§ **Exercise prompt**
Look for the line that has "#134=EDGE_CURVE('',#130,#132,#133,.T.);" in the material below; please repeat it and every line after it, exactly, up to and including the line that has "#149=AXIS2_PLACEMENT_3D('',#136,#102,#71);", and nothing else.

___

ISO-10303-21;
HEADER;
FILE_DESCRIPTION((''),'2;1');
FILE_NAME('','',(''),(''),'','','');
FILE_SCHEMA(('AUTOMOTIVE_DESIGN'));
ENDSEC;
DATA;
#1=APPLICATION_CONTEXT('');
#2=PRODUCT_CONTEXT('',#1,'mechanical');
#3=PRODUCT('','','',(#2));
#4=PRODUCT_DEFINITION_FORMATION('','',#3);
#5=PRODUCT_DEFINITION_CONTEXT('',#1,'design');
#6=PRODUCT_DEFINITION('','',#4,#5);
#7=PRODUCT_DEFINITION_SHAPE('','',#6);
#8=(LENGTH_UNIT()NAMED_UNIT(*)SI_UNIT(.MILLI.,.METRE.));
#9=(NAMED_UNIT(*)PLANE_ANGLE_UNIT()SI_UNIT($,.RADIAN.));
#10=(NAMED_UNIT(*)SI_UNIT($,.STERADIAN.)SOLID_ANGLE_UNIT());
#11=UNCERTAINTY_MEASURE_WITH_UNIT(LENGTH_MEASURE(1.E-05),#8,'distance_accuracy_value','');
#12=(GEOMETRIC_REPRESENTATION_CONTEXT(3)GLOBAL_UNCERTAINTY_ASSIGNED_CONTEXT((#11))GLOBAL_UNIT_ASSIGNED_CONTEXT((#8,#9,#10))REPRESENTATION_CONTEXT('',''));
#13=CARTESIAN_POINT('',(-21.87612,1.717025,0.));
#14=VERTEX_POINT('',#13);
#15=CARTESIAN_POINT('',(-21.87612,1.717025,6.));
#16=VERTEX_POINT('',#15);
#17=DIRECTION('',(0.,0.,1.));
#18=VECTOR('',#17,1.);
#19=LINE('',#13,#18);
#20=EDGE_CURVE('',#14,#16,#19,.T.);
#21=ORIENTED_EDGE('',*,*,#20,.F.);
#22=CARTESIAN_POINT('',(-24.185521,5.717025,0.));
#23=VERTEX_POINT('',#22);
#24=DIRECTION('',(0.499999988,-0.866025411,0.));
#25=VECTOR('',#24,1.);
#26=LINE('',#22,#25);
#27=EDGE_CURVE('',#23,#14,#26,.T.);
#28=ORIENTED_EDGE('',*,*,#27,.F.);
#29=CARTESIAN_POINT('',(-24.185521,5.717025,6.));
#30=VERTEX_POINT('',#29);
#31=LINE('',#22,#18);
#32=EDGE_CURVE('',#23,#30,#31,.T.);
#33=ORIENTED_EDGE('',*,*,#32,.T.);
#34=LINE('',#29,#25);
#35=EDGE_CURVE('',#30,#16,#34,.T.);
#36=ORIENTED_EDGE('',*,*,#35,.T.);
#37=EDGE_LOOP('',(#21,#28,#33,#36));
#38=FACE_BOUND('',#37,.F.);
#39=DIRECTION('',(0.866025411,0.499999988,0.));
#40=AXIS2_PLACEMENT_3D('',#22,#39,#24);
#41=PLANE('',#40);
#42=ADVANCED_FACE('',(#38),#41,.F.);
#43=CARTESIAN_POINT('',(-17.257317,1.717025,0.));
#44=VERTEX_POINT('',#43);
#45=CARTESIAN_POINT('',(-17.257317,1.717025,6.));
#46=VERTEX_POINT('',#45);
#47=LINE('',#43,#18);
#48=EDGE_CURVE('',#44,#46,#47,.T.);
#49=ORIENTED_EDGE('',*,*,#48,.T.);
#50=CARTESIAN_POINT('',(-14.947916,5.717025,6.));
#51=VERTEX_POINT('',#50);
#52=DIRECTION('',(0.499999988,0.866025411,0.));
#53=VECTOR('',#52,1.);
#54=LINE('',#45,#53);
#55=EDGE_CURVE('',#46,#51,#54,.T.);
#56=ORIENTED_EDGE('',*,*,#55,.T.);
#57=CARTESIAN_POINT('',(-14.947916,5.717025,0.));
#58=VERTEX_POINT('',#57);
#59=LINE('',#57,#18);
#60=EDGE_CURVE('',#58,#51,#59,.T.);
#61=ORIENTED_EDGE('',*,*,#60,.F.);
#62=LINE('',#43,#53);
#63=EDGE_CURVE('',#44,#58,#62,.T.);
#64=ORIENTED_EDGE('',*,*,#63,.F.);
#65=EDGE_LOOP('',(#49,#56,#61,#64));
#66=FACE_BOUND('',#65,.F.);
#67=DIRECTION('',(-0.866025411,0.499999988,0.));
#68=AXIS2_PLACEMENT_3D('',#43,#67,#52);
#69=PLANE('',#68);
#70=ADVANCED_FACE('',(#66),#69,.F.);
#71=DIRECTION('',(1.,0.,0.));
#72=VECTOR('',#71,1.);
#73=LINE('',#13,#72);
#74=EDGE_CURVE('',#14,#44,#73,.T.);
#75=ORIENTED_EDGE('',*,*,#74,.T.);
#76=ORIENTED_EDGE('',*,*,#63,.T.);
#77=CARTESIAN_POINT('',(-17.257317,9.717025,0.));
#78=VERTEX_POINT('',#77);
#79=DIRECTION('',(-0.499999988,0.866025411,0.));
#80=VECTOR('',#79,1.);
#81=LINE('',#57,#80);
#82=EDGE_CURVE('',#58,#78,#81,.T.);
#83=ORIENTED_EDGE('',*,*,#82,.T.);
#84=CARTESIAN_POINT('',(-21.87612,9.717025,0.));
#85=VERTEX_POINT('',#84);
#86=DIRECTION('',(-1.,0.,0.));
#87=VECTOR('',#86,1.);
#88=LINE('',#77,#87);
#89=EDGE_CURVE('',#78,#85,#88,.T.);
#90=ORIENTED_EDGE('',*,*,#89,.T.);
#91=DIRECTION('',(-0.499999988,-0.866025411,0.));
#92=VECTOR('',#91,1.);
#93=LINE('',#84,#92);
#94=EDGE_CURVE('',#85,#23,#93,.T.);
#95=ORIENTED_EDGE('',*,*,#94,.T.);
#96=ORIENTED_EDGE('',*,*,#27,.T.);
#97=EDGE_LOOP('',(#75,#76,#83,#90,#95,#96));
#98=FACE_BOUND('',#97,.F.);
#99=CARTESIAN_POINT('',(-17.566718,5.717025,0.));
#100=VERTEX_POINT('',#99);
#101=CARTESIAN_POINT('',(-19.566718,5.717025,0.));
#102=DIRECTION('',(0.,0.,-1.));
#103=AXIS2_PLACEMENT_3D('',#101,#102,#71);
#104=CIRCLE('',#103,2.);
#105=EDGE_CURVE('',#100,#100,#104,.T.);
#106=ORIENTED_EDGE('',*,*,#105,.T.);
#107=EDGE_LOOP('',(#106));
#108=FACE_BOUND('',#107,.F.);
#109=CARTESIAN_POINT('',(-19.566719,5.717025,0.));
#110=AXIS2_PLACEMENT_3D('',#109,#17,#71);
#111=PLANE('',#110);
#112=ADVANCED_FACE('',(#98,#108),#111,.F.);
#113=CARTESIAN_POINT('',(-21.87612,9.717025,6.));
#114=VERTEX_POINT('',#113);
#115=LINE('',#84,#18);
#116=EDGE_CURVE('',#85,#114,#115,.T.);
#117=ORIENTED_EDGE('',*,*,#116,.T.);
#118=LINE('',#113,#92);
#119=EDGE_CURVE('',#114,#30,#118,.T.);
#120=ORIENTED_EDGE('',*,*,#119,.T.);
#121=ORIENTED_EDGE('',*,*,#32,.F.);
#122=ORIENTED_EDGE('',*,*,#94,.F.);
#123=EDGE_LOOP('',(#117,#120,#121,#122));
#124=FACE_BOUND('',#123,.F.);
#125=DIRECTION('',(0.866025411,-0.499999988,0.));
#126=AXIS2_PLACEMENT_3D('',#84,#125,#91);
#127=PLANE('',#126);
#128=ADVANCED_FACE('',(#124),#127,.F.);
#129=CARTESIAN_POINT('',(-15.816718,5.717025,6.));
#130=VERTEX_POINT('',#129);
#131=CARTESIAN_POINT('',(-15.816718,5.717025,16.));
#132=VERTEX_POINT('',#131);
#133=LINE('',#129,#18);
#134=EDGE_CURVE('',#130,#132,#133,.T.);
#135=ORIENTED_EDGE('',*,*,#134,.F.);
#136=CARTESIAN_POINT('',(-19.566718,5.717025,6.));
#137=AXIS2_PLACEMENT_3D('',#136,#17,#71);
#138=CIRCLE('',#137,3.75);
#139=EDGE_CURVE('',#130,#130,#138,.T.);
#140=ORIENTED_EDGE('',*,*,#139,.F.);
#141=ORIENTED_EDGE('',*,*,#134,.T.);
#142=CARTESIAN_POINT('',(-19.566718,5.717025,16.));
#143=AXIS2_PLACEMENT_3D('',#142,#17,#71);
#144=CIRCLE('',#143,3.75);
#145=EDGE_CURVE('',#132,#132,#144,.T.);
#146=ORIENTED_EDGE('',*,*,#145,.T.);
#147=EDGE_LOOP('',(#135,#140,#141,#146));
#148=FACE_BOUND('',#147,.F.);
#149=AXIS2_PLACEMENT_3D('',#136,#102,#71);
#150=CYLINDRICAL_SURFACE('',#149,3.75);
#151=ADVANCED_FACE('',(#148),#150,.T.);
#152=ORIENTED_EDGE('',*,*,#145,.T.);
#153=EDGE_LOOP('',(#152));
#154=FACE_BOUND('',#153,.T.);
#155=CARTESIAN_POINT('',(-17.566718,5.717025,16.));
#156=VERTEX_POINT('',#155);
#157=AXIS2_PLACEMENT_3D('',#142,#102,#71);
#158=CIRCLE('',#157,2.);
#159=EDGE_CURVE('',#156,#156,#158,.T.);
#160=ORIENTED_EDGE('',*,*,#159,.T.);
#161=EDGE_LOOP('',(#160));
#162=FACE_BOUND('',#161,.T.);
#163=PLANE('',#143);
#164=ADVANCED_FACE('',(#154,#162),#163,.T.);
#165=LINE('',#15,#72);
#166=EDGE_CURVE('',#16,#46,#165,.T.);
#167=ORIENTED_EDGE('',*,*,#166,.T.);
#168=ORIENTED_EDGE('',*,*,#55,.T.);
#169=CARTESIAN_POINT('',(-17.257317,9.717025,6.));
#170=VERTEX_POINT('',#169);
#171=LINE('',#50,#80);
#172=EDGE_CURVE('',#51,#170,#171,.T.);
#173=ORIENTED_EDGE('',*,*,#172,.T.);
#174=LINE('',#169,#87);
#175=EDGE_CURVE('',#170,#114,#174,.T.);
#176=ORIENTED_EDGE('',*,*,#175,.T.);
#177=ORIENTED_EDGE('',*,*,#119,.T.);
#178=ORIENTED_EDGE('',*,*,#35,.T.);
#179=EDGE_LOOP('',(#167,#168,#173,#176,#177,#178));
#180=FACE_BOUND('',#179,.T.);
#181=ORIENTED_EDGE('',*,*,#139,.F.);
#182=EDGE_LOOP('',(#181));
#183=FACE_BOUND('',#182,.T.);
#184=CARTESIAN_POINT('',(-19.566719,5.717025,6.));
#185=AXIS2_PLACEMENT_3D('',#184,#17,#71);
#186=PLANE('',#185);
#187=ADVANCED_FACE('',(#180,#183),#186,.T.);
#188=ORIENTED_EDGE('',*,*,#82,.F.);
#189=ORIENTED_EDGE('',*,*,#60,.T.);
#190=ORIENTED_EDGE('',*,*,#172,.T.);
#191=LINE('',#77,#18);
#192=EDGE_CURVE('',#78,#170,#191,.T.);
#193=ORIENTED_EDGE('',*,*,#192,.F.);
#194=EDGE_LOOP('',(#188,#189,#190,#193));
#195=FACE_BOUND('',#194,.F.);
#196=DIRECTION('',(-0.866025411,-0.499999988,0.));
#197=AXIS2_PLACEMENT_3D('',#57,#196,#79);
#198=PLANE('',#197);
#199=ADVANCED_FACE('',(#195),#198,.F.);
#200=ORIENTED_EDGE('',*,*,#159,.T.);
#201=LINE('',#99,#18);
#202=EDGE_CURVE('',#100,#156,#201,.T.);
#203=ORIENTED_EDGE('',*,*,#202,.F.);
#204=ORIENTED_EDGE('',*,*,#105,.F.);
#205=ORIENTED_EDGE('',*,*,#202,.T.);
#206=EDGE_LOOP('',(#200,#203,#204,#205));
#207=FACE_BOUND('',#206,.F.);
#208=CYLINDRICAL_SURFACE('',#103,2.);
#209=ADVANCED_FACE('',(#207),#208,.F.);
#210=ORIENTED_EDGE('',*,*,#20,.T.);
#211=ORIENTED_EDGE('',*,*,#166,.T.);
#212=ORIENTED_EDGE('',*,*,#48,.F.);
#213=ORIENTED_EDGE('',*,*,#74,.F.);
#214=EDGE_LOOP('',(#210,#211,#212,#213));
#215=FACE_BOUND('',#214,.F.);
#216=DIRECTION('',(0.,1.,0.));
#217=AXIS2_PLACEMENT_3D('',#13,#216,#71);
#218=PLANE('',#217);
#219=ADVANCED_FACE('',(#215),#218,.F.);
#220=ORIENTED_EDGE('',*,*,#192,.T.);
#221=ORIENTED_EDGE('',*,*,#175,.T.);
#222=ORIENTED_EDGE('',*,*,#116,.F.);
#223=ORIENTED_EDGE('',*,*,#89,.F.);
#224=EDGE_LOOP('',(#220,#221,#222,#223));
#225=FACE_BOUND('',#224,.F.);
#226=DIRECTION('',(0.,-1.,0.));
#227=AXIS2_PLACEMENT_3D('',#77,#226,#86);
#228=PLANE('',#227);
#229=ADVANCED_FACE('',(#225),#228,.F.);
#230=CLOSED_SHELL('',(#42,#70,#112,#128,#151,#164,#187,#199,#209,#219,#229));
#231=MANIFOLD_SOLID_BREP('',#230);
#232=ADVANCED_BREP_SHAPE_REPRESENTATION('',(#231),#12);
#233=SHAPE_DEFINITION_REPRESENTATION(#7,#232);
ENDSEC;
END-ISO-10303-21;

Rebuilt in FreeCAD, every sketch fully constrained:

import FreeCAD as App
import Part
import Sketcher
from FreeCAD import Vector
Q = App.Units.Quantity


def add_polygon(sketch, points):
    """Adds a closed chain of lines whose ends are joined by coincident constraints."""
    first, n = sketch.GeometryCount, len(points)
    for a, b in zip(points, points[1:] + points[:1]):
        sketch.addGeometry(Part.LineSegment(App.Vector(*a, 0), App.Vector(*b, 0)), False)
    for i in range(n):
        sketch.addConstraint(Sketcher.Constraint("Coincident", first + i, 2, first + (i + 1) % n, 1))

doc = App.newDocument("Part")
body = doc.addObject("PartDesign::Body", "Body")

# Sketch on XY plane
sketch1 = doc.addObject("Sketcher::SketchObject", "Sketch")
body.addObject(sketch1)
sketch1.AttachmentSupport = (doc.XY_Plane, [""])
sketch1.MapMode = "FlatFace"
add_polygon(sketch1, [(-17.257317, 9.717025), (-21.87612, 9.717025), (-24.185521, 5.717025), (-21.87612, 1.717025), (-17.257317, 1.717025), (-14.947916, 5.717025)])  # lines 0-5
sketch1.addConstraint([
    Sketcher.Constraint("Horizontal", 0),
    Sketcher.Constraint("Horizontal", 3),
    Sketcher.Constraint("Parallel", 1, 4),
    Sketcher.Constraint("Parallel", 2, 5),
    Sketcher.Constraint("Horizontal", 1, 2, 4, 2),
    Sketcher.Constraint("Vertical", 0, 2, 2, 2),
    Sketcher.Constraint("Vertical", 3, 2, 5, 2),
    Sketcher.Constraint("Angle", 1, Q("-119.999999 deg")),
    Sketcher.Constraint("DistanceY", 1, 2, 0, 2, Q("4 mm")),
    Sketcher.Constraint("DistanceX", 0, 2, 0, 1, Q("4.618803 mm")),
    Sketcher.Constraint("DistanceX", 0, 2, -1, 1, Q("21.87612 mm")),
    Sketcher.Constraint("DistanceY", -1, 1, 0, 2, Q("9.717025 mm")),
])
pad1 = doc.addObject("PartDesign::Pad", "Pad")
body.addObject(pad1)
pad1.Profile = sketch1
pad1.Length = 6

# Sketch on XY plane
sketch2 = doc.addObject("Sketcher::SketchObject", "Sketch001")
body.addObject(sketch2)
sketch2.AttachmentSupport = (doc.XY_Plane, [""])
sketch2.MapMode = "FlatFace"
sketch2.AttachmentOffset = App.Placement(Vector(0, 0, 6), App.Rotation())
sketch2.addGeometry(Part.Circle(Vector(-19.566718, 5.717025, 0), Vector(0, 0, 1), 3.75), False)
sketch2.addConstraint([
    Sketcher.Constraint("Diameter", 0, Q("7.5 mm")),
    Sketcher.Constraint("DistanceX", 0, 3, -1, 1, Q("19.566718 mm")),
    Sketcher.Constraint("DistanceY", -1, 1, 0, 3, Q("5.717025 mm")),
])
pad2 = doc.addObject("PartDesign::Pad", "Pad001")
body.addObject(pad2)
pad2.Profile = sketch2
pad2.Length = 10

# Sketch on XY plane
sketch3 = doc.addObject("Sketcher::SketchObject", "Sketch002")
body.addObject(sketch3)
sketch3.AttachmentSupport = (doc.XY_Plane, [""])
sketch3.MapMode = "FlatFace"
sketch3.addGeometry(Part.Circle(Vector(-19.566718, 5.717025, 0), Vector(0, 0, 1), 2), False)
sketch3.addConstraint([
    Sketcher.Constraint("Diameter", 0, Q("4 mm")),
    Sketcher.Constraint("DistanceX", 0, 3, -1, 1, Q("19.566718 mm")),
    Sketcher.Constraint("DistanceY", -1, 1, 0, 3, Q("5.717025 mm")),
])
pocket1 = doc.addObject("PartDesign::Pocket", "Pocket")
body.addObject(pocket1)
pocket1.Profile = sketch3
pocket1.Length = 25
pocket1.Reversed = True

doc.recompute()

___

§ **Answer**
#134=EDGE_CURVE('',#130,#132,#133,.T.);
#135=ORIENTED_EDGE('',*,*,#134,.F.);
#136=CARTESIAN_POINT('',(-19.566718,5.717025,6.));
#137=AXIS2_PLACEMENT_3D('',#136,#17,#71);
#138=CIRCLE('',#137,3.75);
#139=EDGE_CURVE('',#130,#130,#138,.T.);
#140=ORIENTED_EDGE('',*,*,#139,.F.);
#141=ORIENTED_EDGE('',*,*,#134,.T.);
#142=CARTESIAN_POINT('',(-19.566718,5.717025,16.));
#143=AXIS2_PLACEMENT_3D('',#142,#17,#71);
#144=CIRCLE('',#143,3.75);
#145=EDGE_CURVE('',#132,#132,#144,.T.);
#146=ORIENTED_EDGE('',*,*,#145,.T.);
#147=EDGE_LOOP('',(#135,#140,#141,#146));
#148=FACE_BOUND('',#147,.F.);
#149=AXIS2_PLACEMENT_3D('',#136,#102,#71);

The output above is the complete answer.